We then toured a temporary exhibit of costumes from Brazil. The story behind the Porto Rico Maracatu Nation Queen costume was a bit chilling; the carnival clubs in Recife, Pernambuco trace back to the early 1800s when plantation owners organized their African slaves into “nations” by tribal origins. As part of the Christmas season entertainment, these groups performed dance pageants for the plantation, dressed as members of the Portuguese royal court and dancing to African drumming in polyrhythms called maracatus. That’s a dark history behind a lively and beautiful custom.

There was also an African lancer, called caboclos de lança, representing warriors possessed by Amerindian or African spirits. The performers dance, drop to the ground, and sometimes duel with each other while wearing large cowbells on their backs.

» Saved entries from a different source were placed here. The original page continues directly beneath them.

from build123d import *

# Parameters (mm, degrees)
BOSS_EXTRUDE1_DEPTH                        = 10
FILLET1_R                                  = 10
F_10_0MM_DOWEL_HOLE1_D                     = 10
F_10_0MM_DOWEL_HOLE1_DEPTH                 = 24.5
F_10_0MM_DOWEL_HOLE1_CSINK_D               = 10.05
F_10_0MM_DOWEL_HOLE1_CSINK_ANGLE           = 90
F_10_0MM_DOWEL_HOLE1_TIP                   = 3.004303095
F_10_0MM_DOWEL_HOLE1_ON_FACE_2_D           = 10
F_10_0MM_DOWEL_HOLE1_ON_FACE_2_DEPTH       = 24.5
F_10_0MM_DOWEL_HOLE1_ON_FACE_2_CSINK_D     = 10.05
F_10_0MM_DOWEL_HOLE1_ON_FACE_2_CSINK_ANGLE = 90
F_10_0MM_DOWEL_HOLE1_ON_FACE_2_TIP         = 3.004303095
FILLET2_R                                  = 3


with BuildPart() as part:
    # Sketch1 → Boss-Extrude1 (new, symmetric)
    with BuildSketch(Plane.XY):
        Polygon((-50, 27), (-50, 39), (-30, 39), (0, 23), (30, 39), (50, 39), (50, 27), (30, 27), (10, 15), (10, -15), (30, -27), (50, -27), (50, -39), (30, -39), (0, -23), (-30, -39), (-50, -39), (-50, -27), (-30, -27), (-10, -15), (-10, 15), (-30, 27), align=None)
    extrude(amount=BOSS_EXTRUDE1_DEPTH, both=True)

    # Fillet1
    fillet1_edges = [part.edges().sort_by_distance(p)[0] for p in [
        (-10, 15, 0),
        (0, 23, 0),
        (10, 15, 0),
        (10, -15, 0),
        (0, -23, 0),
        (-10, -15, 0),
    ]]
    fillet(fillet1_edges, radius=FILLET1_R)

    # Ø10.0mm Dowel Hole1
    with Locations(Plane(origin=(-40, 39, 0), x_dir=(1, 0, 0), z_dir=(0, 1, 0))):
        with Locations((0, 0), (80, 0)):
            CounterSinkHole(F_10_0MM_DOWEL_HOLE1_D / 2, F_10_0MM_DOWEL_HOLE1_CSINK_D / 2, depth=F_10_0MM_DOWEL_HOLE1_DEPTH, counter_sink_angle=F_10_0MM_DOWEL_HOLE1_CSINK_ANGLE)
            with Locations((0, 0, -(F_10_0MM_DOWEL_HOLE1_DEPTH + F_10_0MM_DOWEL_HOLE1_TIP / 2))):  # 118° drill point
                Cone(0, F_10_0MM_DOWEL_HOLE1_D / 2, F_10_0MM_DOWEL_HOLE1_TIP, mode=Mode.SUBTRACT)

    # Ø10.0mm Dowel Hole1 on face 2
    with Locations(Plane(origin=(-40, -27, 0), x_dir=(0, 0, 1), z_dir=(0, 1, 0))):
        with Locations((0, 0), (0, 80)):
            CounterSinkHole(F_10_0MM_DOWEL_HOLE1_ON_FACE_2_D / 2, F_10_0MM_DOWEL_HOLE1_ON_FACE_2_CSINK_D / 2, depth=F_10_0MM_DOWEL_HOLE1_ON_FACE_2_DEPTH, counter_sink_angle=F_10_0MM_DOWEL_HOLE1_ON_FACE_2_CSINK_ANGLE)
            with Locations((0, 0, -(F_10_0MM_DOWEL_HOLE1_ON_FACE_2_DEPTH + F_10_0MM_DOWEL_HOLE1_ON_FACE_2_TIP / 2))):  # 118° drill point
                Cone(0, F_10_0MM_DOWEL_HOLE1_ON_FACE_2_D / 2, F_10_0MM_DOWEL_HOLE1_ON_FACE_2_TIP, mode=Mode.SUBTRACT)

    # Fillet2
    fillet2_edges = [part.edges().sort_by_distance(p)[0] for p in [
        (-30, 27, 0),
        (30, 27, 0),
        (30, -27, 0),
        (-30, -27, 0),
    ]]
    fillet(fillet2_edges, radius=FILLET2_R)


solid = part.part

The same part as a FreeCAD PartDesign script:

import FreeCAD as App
import Part
import Sketcher

V = App.Vector
Q = App.Units.Quantity


def edges_at(feature, points):
    """Names of the edges that pass closest to the given points."""
    edges = feature.Shape.Edges
    near = lambda p: min(range(len(edges)), key=lambda i: edges[i].distToShape(Part.Vertex(*p))[0])
    return sorted({f"Edge{near(p) + 1}" for p in points})


def add_polygon(sketch, points):
    """Adds a closed chain of lines whose ends are joined by coincident constraints."""
    first, n = sketch.GeometryCount, len(points)
    for a, b in zip(points, points[1:] + points[:1]):
        sketch.addGeometry(Part.LineSegment(App.Vector(*a, 0), App.Vector(*b, 0)), False)
    for i in range(n):
        sketch.addConstraint(Sketcher.Constraint("Coincident", first + i, 2, first + (i + 1) % n, 1))

doc = App.newDocument("Part")
body = doc.addObject("PartDesign::Body", "Body")

# Sketch on XY plane
sketch1 = body.newObject("Sketcher::SketchObject", "Sketch")
sketch1.AttachmentSupport = (doc.getObject("XY_Plane"), [""])
sketch1.MapMode = "FlatFace"
add_polygon(sketch1, [(-50, 39), (-50, 27), (-30, 27), (-10, 15), (-10, -15), (-30, -27), (-50, -27), (-50, -39), (-30, -39), (0, -23), (30, -39), (50, -39), (50, -27), (30, -27), (10, -15), (10, 15), (30, 27), (50, 27), (50, 39), (30, 39), (0, 23), (-30, 39)])  # lines 0-21
sketch1.addConstraint(Sketcher.Constraint("Vertical", 0))
sketch1.addConstraint(Sketcher.Constraint("Horizontal", 1))
sketch1.addConstraint(Sketcher.Constraint("Vertical", 3))
sketch1.addConstraint(Sketcher.Constraint("Horizontal", 5))
sketch1.addConstraint(Sketcher.Constraint("Vertical", 6))
sketch1.addConstraint(Sketcher.Constraint("Horizontal", 7))
sketch1.addConstraint(Sketcher.Constraint("Horizontal", 10))
sketch1.addConstraint(Sketcher.Constraint("Vertical", 11))
sketch1.addConstraint(Sketcher.Constraint("Horizontal", 12))
sketch1.addConstraint(Sketcher.Constraint("Vertical", 14))
sketch1.addConstraint(Sketcher.Constraint("Horizontal", 16))
sketch1.addConstraint(Sketcher.Constraint("Vertical", 17))
sketch1.addConstraint(Sketcher.Constraint("Horizontal", 18))
sketch1.addConstraint(Sketcher.Constraint("Horizontal", 21))
sketch1.addConstraint(Sketcher.Constraint("Symmetric", 0, 2, 11, 2, -1, 1))
sketch1.addConstraint(Sketcher.Constraint("Symmetric", 2, 2, 13, 2, -1, 1))
sketch1.addConstraint(Sketcher.Constraint("Symmetric", 4, 2, 15, 2, -1, 1))
sketch1.addConstraint(Sketcher.Constraint("Symmetric", 6, 2, 17, 2, -1, 1))
sketch1.addConstraint(Sketcher.Constraint("Symmetric", 8, 2, 19, 2, -1, 1))
sketch1.addConstraint(Sketcher.Constraint("Symmetric", 9, 2, 20, 2, -1, 1))
sketch1.addConstraint(Sketcher.Constraint("Symmetric", 7, 2, 9, 2, -2))
sketch1.addConstraint(Sketcher.Constraint("Symmetric", 5, 2, 11, 2, -2))
sketch1.addConstraint(Sketcher.Constraint("PointOnObject", 8, 2, -2))
sketch1.addConstraint(Sketcher.Constraint("Parallel", 2, 13))
sketch1.addConstraint(Sketcher.Constraint("Parallel", 4, 15))
sketch1.addConstraint(Sketcher.Constraint("Parallel", 8, 19))
sketch1.addConstraint(Sketcher.Constraint("Horizontal", 3, 2, 13, 2))
sketch1.addConstraint(Sketcher.Constraint("Vertical", 1, 2, 4, 2))
sketch1.addConstraint(Sketcher.Constraint("Vertical", 4, 2, 7, 2))
sketch1.addConstraint(Sketcher.Constraint("DistanceX", 1, 1, 1, 2, Q("20 mm")))
sketch1.addConstraint(Sketcher.Constraint("DistanceY", 0, 2, 0, 1, Q("12 mm")))
sketch1.addConstraint(Sketcher.Constraint("DistanceY", 3, 2, 3, 1, Q("30 mm")))
sketch1.addConstraint(Sketcher.Constraint("Distance", 8, Q("34 mm")))
sketch1.addConstraint(Sketcher.Constraint("DistanceX", 0, 2, -1, 1, Q("50 mm")))
sketch1.addConstraint(Sketcher.Constraint("DistanceY", -1, 1, 0, 2, Q("27 mm")))
sketch1.addConstraint(Sketcher.Constraint("DistanceX", 2, 2, -1, 1, Q("10 mm")))
pad1 = body.newObject("PartDesign::Pad", "Pad")
pad1.Profile = sketch1
pad1.Length = 20
pad1.Midplane = True
doc.recompute()

fillet = body.newObject("PartDesign::Fillet", "Fillet")
fillet.Base = (pad1, edges_at(pad1, [
    (-10, 15, 0),
    (0, 23, 0),
    (10, 15, 0),
    (10, -15, 0),
    (0, -23, 0),
    (-10, -15, 0),
]))
fillet.Radius = 10

# Sketch on XZ plane
sketch2 = body.newObject("Sketcher::SketchObject", "Sketch001")
sketch2.AttachmentSupport = (doc.getObject("XZ_Plane"), [""])
sketch2.MapMode = "FlatFace"
sketch2.AttachmentOffset = App.Placement(V(0, 0, -39), App.Rotation())
sketch2.addGeometry(Part.Circle(V(-40, 0, 0), V(0, 0, 1), 5), False)
sketch2.addGeometry(Part.Circle(V(40, 0, 0), V(0, 0, 1), 5), False)
sketch2.addConstraint(Sketcher.Constraint("Equal", 0, 1))
sketch2.addConstraint(Sketcher.Constraint("Symmetric", 0, 3, 1, 3, -1, 1))
sketch2.addConstraint(Sketcher.Constraint("PointOnObject", 0, 3, -1))
sketch2.addConstraint(Sketcher.Constraint("Diameter", 0, Q("10 mm")))
sketch2.addConstraint(Sketcher.Constraint("DistanceX", 0, 3, -1, 1, Q("40 mm")))
doc.recompute()
hole = body.newObject("PartDesign::Hole", "Hole")
hole.Profile = sketch2
hole.ThreadType = "None"
hole.Diameter = 10
hole.DepthType = "Dimension"
hole.Depth = 24.5
hole.DrillPoint = "Angled"
hole.DrillPointAngle = 118
hole.HoleCutType = "Countersink"
hole.HoleCutDiameter = 10.05
hole.HoleCutCountersinkAngle = 90
hole.Reversed = True

# Sketch on XZ plane
sketch3 = body.newObject("Sketcher::SketchObject", "Sketch002")
sketch3.AttachmentSupport = (doc.getObject("XZ_Plane"), [""])
sketch3.MapMode = "FlatFace"
sketch3.AttachmentOffset = App.Placement(V(0, 0, 27), App.Rotation())
sketch3.addGeometry(Part.Circle(V(-40, 0, 0), V(0, 0, 1), 5), False)
sketch3.addGeometry(Part.Circle(V(40, 0, 0), V(0, 0, 1), 5), False)
sketch3.addConstraint(Sketcher.Constraint("Equal", 0, 1))
sketch3.addConstraint(Sketcher.Constraint("Symmetric", 0, 3, 1, 3, -1, 1))
sketch3.addConstraint(Sketcher.Constraint("PointOnObject", 0, 3, -1))
sketch3.addConstraint(Sketcher.Constraint("Diameter", 0, Q("10 mm")))
sketch3.addConstraint(Sketcher.Constraint("DistanceX", 0, 3, -1, 1, Q("40 mm")))
doc.recompute()
hole2 = body.newObject("PartDesign::Hole", "Hole001")
hole2.Profile = sketch3
hole2.ThreadType = "None"
hole2.Diameter = 10
hole2.DepthType = "Dimension"
hole2.Depth = 24.5
hole2.DrillPoint = "Angled"
hole2.DrillPointAngle = 118
hole2.HoleCutType = "Countersink"
hole2.HoleCutDiameter = 10.05
hole2.HoleCutCountersinkAngle = 90
hole2.Reversed = True
doc.recompute()

fillet2 = body.newObject("PartDesign::Fillet", "Fillet001")
fillet2.Base = (hole2, edges_at(hole2, [
    (-30, 27, 0),
    (30, 27, 0),
    (30, -27, 0),
    (-30, -27, 0),
]))
fillet2.Radius = 3

doc.recompute()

A carnival bear costume was another matter entirely, tracing back to Italian gypsies who arrived in northeastern Brazil to work in the sugar mills. Some brought with them trained bears who performed in small traveling circuses, but the bears did not last long in the tropical climate, prompting people to create costumes for dancing bears along with Italian trainers and a hunter. Another exhibit had a variety of colorful Japanese kites.

Milner Plaza

Kachina sculpture

Back outside on Milner Plaza, with gorgeous clouds overhead, were large tents being erected for the International Folk Art Market. Each was adorned on the underside with a different style of hanging decorations. Craig Dan Goseyun’s Apache Mountain Spirit Dancer remains the dominant sculpture on the plaza, dwarfing me when I posed beside and in front of it. But nearby in the Doris and Arnold Roland Sculpture Garden was a kachina figure with interesting blocky, planar cuts and a beautiful robe and headdress.

Railyard Rose Garden

We stopped at a K-Mart for supplies and had dinner at The Pantry, the decades-old establishment where I had breakfast back in 2011. We both indulged in turkey, with me having an open faced turkey dinner and Wendy eating a turkey sandwich.

As we drove back to our casita, Wendy the rose enthusiast spotted a rose garden in the Railyard Park. We had to stop, of course, and she scampered about, admiring and identifying the bushes. There were red blooms, pink and yellow ones, tight pink clusters, and some pink and yellow blooms with oodles of petals. She was in heaven and said she could spend a happy day tending the bushes.

But we had a big adventure coming up: a challenging hike at Ghost Ranch and an evening with a close-up view of incredible flamenco dancing. Our Kicks on 66 trip would reach its climax on Day 8.